Task brief: Please transcribe exactly, and only, the lines of the data below between the line holding "#71=PLANE('',#42);" and the line holding "#79=EDGE_CURVE('',#77,#77,#78,.T.);", inclusive.

[Items listed in a dataset]
☆ ☆ ☆

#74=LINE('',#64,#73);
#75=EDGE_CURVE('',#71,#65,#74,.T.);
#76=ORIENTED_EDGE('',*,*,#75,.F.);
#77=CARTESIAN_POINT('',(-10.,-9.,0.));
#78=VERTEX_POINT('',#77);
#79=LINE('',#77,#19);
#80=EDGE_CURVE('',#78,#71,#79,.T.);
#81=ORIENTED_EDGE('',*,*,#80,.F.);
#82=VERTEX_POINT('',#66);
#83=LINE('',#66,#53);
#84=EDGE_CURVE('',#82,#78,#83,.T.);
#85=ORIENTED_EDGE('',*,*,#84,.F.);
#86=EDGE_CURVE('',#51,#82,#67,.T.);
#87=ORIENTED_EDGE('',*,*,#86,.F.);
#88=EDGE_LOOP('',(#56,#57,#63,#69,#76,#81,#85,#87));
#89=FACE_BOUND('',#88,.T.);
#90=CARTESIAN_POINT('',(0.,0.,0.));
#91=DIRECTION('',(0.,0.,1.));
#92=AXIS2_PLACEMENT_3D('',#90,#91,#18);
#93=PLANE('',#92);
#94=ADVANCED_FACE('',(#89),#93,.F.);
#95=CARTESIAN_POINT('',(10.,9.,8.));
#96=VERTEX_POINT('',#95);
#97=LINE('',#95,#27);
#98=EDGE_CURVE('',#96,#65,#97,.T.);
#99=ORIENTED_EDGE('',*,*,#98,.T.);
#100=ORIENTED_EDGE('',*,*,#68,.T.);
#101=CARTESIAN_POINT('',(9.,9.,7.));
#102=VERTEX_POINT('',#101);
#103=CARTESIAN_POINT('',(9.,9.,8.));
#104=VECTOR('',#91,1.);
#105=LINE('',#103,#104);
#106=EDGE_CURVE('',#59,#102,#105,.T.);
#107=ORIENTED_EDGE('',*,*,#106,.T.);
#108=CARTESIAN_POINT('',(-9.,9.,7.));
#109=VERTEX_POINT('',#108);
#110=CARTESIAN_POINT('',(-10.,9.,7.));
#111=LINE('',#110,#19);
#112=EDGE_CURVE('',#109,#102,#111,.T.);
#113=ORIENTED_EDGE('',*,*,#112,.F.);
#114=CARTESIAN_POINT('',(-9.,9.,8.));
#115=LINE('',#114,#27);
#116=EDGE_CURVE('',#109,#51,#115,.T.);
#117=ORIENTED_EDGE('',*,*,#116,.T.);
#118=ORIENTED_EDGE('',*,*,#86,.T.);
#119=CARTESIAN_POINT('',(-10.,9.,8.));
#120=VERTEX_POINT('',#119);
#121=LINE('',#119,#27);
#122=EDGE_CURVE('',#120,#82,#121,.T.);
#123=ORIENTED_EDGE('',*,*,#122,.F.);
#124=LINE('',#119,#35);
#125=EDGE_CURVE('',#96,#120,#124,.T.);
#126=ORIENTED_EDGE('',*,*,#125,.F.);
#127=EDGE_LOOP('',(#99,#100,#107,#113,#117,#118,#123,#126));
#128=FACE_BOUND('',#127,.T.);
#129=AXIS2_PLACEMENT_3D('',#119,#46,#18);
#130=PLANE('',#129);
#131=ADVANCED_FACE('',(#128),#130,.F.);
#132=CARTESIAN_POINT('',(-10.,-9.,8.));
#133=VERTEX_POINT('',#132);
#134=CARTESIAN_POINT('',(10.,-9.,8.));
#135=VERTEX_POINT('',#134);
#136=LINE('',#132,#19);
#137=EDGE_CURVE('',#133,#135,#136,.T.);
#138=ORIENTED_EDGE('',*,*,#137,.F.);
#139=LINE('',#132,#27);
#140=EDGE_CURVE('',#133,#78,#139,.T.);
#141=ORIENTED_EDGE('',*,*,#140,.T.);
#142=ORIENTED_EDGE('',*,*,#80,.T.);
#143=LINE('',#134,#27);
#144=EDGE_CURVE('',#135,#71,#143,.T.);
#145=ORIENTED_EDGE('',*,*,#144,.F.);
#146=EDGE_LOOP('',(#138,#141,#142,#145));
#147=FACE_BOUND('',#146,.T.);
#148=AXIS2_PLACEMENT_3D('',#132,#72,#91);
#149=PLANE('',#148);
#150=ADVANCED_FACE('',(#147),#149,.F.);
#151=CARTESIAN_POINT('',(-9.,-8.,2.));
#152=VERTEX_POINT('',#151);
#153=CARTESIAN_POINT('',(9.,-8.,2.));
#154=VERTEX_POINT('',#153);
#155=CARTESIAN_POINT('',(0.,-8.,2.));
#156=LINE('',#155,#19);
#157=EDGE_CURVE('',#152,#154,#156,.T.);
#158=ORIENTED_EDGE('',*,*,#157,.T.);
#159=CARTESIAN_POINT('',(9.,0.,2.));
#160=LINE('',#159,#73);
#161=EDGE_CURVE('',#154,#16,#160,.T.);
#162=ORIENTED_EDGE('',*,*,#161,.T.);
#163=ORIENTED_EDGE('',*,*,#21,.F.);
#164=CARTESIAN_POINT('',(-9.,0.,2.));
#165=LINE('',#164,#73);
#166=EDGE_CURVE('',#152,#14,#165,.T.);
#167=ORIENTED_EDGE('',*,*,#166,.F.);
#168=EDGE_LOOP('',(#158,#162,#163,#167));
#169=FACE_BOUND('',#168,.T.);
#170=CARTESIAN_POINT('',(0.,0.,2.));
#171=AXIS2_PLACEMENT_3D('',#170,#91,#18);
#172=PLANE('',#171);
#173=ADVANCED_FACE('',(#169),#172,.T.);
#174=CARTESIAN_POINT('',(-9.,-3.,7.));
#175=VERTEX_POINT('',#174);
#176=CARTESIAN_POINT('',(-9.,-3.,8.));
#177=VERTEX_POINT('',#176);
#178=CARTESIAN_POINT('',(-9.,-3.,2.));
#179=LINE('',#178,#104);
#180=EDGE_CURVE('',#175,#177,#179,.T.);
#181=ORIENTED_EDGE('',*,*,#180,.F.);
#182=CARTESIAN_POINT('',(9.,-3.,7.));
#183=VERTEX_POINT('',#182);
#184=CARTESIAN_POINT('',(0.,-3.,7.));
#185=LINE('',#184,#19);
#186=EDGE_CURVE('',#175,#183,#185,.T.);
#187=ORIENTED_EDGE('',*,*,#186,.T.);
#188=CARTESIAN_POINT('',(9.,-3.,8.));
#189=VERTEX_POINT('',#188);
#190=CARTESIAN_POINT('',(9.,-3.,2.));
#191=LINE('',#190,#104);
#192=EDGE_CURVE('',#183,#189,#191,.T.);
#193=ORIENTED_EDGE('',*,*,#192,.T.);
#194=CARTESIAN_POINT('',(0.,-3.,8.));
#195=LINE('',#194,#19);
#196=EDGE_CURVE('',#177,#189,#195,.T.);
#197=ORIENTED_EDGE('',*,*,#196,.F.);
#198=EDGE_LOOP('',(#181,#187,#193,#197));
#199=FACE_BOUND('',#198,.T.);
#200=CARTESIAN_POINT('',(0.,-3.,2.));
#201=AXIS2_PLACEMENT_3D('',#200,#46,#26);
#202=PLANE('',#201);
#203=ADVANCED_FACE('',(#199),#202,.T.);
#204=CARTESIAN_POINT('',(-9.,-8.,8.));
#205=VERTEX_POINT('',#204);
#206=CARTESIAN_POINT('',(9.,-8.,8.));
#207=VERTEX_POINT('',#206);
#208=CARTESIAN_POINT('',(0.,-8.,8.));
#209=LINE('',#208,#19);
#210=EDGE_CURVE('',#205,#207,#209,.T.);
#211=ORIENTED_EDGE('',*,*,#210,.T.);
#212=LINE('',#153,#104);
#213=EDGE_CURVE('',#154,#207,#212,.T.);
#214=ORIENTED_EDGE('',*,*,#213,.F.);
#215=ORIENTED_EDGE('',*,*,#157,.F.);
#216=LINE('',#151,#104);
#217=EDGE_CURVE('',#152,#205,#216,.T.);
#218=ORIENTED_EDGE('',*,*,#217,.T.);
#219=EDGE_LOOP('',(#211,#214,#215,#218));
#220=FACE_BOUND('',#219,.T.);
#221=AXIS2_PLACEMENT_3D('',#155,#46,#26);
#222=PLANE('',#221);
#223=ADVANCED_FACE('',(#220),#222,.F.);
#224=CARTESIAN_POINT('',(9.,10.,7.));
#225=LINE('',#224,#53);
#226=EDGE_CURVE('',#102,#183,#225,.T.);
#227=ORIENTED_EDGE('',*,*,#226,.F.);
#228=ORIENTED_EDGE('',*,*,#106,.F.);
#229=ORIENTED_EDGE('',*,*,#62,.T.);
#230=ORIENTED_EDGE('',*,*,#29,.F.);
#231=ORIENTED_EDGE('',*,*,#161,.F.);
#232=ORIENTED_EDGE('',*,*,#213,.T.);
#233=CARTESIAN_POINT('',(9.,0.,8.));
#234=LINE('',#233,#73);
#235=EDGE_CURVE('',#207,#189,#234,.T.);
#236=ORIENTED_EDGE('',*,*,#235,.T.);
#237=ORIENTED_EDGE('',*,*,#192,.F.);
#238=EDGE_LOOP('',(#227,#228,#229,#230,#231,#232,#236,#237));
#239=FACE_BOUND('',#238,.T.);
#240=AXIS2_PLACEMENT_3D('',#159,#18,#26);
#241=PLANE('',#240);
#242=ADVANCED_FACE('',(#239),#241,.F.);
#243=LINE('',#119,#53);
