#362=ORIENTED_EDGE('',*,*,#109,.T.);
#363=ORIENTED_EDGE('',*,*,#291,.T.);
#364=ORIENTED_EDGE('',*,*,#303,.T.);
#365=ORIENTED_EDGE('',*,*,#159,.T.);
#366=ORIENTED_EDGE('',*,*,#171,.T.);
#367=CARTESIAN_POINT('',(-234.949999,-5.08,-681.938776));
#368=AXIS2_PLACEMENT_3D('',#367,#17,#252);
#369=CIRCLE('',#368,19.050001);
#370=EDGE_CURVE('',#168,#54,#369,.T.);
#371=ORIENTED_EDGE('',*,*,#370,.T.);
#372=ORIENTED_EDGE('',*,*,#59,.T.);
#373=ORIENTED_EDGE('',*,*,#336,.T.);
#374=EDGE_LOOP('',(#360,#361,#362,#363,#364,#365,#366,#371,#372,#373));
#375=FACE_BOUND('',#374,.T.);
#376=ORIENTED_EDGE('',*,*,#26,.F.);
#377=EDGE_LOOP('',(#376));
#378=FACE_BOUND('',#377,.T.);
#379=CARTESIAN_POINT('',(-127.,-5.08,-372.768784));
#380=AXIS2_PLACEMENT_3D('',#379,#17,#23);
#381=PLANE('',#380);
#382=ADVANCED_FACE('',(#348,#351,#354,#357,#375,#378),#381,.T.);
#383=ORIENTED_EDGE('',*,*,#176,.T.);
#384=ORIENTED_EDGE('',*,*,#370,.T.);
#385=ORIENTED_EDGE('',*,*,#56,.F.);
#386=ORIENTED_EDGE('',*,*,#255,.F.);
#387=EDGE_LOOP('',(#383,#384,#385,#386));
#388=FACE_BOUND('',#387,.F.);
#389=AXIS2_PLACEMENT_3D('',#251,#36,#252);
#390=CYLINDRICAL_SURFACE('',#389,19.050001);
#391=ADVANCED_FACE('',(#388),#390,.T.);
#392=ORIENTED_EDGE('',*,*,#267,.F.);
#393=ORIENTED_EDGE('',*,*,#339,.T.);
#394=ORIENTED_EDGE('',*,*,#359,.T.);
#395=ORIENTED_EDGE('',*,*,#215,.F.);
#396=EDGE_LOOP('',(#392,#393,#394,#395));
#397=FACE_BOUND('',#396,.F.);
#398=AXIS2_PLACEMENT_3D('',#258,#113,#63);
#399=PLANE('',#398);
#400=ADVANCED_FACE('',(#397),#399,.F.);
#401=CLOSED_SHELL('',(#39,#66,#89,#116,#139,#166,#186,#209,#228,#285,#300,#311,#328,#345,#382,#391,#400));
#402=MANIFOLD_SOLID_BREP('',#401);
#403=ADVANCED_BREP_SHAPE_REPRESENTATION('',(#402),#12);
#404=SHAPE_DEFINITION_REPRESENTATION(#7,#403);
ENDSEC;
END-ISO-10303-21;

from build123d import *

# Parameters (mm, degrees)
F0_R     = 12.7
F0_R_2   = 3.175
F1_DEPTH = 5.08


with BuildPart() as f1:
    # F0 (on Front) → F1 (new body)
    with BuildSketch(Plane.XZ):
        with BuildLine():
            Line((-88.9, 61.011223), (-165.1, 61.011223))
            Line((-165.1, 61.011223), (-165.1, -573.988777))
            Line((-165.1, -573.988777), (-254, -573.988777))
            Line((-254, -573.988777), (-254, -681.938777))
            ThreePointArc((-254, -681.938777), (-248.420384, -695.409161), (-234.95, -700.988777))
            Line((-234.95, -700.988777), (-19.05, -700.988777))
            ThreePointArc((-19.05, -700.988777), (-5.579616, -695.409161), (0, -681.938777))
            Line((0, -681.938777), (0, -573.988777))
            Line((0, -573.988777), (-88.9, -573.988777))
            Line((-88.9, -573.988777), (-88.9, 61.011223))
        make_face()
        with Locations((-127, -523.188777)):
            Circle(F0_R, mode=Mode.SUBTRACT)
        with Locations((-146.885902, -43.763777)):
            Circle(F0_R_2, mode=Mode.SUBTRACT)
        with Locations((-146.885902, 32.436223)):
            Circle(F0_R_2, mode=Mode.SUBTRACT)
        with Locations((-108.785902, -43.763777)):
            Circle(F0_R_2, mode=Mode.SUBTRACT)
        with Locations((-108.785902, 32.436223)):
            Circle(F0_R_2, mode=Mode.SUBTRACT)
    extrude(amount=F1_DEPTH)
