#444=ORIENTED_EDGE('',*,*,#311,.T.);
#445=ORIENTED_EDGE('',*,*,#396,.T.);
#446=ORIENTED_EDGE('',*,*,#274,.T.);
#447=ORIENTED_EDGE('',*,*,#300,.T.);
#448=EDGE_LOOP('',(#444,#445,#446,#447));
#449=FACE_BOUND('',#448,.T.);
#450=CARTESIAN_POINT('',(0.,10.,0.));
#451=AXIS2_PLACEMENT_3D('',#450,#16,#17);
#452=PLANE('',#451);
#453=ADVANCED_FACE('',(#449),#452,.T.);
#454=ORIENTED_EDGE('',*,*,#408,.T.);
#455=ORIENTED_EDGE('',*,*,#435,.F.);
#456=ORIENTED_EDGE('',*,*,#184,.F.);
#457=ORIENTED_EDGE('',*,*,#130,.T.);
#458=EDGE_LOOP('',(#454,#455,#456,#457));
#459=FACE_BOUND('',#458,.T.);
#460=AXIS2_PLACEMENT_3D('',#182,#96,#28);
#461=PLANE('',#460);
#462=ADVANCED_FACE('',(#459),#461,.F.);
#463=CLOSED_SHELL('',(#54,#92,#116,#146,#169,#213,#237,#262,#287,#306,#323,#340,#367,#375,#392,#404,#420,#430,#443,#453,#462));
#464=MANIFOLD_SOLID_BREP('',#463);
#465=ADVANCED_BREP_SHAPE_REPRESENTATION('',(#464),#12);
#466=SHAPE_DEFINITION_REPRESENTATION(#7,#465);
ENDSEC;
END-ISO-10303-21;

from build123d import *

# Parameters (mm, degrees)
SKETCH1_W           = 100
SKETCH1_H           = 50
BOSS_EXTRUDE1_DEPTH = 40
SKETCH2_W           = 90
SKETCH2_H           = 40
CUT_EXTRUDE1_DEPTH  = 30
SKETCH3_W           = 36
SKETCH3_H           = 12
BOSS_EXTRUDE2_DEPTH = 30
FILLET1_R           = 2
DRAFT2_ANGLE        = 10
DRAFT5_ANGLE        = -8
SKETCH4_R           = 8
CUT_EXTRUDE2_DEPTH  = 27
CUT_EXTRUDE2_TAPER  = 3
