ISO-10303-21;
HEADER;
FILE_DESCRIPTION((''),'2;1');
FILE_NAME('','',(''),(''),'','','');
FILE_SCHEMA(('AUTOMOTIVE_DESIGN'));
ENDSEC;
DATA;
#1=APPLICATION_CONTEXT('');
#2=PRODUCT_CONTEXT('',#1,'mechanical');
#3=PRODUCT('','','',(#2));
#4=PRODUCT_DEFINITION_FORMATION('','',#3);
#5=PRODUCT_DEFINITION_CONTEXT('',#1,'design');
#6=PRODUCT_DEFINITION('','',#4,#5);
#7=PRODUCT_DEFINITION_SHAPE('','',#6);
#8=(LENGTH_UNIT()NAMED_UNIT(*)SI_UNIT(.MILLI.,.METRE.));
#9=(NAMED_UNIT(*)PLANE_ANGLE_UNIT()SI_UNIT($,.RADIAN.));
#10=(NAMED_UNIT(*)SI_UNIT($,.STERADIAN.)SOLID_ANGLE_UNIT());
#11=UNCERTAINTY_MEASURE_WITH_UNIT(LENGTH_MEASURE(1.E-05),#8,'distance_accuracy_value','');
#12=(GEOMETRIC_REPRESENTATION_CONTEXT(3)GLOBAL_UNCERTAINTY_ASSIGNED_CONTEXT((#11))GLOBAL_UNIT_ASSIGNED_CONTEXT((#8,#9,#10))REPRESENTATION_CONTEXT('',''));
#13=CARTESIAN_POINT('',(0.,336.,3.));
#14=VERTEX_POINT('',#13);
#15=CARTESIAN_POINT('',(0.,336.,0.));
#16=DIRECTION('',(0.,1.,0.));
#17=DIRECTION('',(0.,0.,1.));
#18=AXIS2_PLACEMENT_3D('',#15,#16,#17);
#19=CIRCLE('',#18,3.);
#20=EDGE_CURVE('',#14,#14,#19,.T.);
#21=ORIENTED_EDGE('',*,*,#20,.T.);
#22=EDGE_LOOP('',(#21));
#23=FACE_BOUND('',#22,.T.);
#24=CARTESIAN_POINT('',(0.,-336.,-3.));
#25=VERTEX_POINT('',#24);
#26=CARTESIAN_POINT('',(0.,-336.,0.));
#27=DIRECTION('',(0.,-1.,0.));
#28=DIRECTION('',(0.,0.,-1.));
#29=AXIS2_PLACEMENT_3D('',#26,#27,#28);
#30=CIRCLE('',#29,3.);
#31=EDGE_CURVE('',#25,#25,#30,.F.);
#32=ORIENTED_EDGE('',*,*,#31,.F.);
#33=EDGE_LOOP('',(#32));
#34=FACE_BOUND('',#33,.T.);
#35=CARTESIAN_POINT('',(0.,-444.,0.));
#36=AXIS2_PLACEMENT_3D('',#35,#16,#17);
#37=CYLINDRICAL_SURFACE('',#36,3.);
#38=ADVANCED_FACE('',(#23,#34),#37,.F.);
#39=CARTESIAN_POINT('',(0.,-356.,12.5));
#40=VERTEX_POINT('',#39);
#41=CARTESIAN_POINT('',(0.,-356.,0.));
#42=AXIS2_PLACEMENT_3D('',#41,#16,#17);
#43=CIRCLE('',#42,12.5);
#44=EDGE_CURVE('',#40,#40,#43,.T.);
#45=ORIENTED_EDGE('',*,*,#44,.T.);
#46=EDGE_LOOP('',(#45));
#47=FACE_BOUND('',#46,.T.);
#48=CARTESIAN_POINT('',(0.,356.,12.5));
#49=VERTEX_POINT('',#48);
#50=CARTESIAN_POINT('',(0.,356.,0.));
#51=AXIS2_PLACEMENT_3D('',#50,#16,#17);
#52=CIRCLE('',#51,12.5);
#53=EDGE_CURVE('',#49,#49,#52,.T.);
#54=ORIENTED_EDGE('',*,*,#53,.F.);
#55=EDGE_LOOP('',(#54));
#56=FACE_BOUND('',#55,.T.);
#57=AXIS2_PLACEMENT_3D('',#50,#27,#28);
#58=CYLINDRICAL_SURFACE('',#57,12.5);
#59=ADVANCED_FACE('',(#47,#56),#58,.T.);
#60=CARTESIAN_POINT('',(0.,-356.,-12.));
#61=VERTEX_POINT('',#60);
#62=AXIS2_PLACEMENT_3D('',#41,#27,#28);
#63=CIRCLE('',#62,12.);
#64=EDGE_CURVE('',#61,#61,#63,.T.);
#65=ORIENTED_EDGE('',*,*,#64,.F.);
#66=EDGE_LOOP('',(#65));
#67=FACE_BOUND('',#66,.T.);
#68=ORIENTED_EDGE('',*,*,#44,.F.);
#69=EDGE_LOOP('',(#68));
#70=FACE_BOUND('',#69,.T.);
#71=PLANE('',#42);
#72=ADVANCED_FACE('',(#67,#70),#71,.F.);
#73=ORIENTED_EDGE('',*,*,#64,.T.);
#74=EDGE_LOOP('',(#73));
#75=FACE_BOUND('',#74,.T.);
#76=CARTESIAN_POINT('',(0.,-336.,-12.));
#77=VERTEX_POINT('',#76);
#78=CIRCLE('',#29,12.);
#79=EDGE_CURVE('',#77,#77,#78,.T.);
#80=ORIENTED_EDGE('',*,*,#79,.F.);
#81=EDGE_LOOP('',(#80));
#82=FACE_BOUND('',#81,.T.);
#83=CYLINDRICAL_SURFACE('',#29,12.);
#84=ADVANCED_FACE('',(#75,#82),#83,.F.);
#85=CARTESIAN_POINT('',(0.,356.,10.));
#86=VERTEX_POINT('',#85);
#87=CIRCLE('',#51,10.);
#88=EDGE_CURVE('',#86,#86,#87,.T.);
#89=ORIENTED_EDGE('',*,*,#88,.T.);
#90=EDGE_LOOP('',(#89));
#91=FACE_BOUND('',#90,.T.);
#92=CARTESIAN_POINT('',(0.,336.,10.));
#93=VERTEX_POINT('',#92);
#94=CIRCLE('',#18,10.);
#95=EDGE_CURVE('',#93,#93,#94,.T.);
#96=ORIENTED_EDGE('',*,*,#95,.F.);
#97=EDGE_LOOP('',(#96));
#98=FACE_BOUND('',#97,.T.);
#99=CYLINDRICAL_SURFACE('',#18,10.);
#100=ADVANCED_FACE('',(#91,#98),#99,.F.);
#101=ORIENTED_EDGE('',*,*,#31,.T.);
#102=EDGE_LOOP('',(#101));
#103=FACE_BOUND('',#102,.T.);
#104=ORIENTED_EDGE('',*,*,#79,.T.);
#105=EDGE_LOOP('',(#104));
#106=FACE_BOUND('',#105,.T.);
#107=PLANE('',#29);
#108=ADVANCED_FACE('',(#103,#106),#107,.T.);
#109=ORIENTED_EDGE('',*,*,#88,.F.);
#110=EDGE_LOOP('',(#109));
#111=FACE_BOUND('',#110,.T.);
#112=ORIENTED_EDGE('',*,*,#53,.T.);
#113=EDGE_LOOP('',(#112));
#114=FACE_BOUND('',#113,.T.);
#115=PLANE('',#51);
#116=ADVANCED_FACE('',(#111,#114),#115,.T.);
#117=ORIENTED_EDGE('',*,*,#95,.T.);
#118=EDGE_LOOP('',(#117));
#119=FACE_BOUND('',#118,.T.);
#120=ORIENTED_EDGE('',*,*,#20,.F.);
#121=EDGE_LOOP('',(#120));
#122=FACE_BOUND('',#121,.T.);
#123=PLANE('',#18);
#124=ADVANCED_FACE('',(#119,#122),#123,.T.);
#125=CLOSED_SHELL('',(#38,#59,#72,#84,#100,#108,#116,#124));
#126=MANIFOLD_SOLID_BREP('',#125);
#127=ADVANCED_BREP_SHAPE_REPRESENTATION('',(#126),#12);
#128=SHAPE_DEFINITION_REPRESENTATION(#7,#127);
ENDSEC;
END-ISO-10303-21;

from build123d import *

# Parameters (mm, degrees)
SKETCH_1_R          = 12.5
EXTRUDE_1_DEPTH     = 356
SKETCH_2_R          = 10
CUT_EXTRUDE_1_DEPTH = 20
SKETCH_3_R          = 3
CUT_EXTRUDE_2_DEPTH = 800
SKETCH_4_R          = 12
CUT_EXTRUDE_3_DEPTH = 20


with BuildPart() as part:
    # 草图1 → 凸台-拉伸1 (new body, symmetric)
    with BuildSketch(Plane(origin=(0, 0, 0), x_dir=(1, 0, 0), z_dir=(0, 1, 0))):
        Circle(SKETCH_1_R)
    extrude(amount=EXTRUDE_1_DEPTH, both=True)

    # 草图2 → 切除-拉伸1 (cut)
    with BuildSketch(Plane(origin=(0, 356, 0), x_dir=(1, 0, 0), z_dir=(0, 1, 0))):
        Circle(SKETCH_2_R)
    extrude(amount=-CUT_EXTRUDE_1_DEPTH, mode=Mode.SUBTRACT)

    # 草图3 → 切除-拉伸2 (cut)
    with BuildSketch(Plane(origin=(0, 356, 0), x_dir=(1, 0, 0), z_dir=(0, 1, 0))):
        Circle(SKETCH_3_R)
    extrude(amount=-CUT_EXTRUDE_2_DEPTH, mode=Mode.SUBTRACT)

    # 草图4 → 切除-拉伸3 (cut)
    with BuildSketch(Plane.XZ.offset(356)):
        Circle(SKETCH_4_R)
    extrude(amount=-CUT_EXTRUDE_3_DEPTH, mode=Mode.SUBTRACT)


solid = part.part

☆ ☆ ☆

Answer for the task:
#71=PLANE('',#42);
#72=ADVANCED_FACE('',(#67,#70),#71,.F.);
#73=ORIENTED_EDGE('',*,*,#64,.T.);
#74=EDGE_LOOP('',(#73));
#75=FACE_BOUND('',#74,.T.);
#76=CARTESIAN_POINT('',(0.,-336.,-12.));
#77=VERTEX_POINT('',#76);
#78=CIRCLE('',#29,12.);
#79=EDGE_CURVE('',#77,#77,#78,.T.);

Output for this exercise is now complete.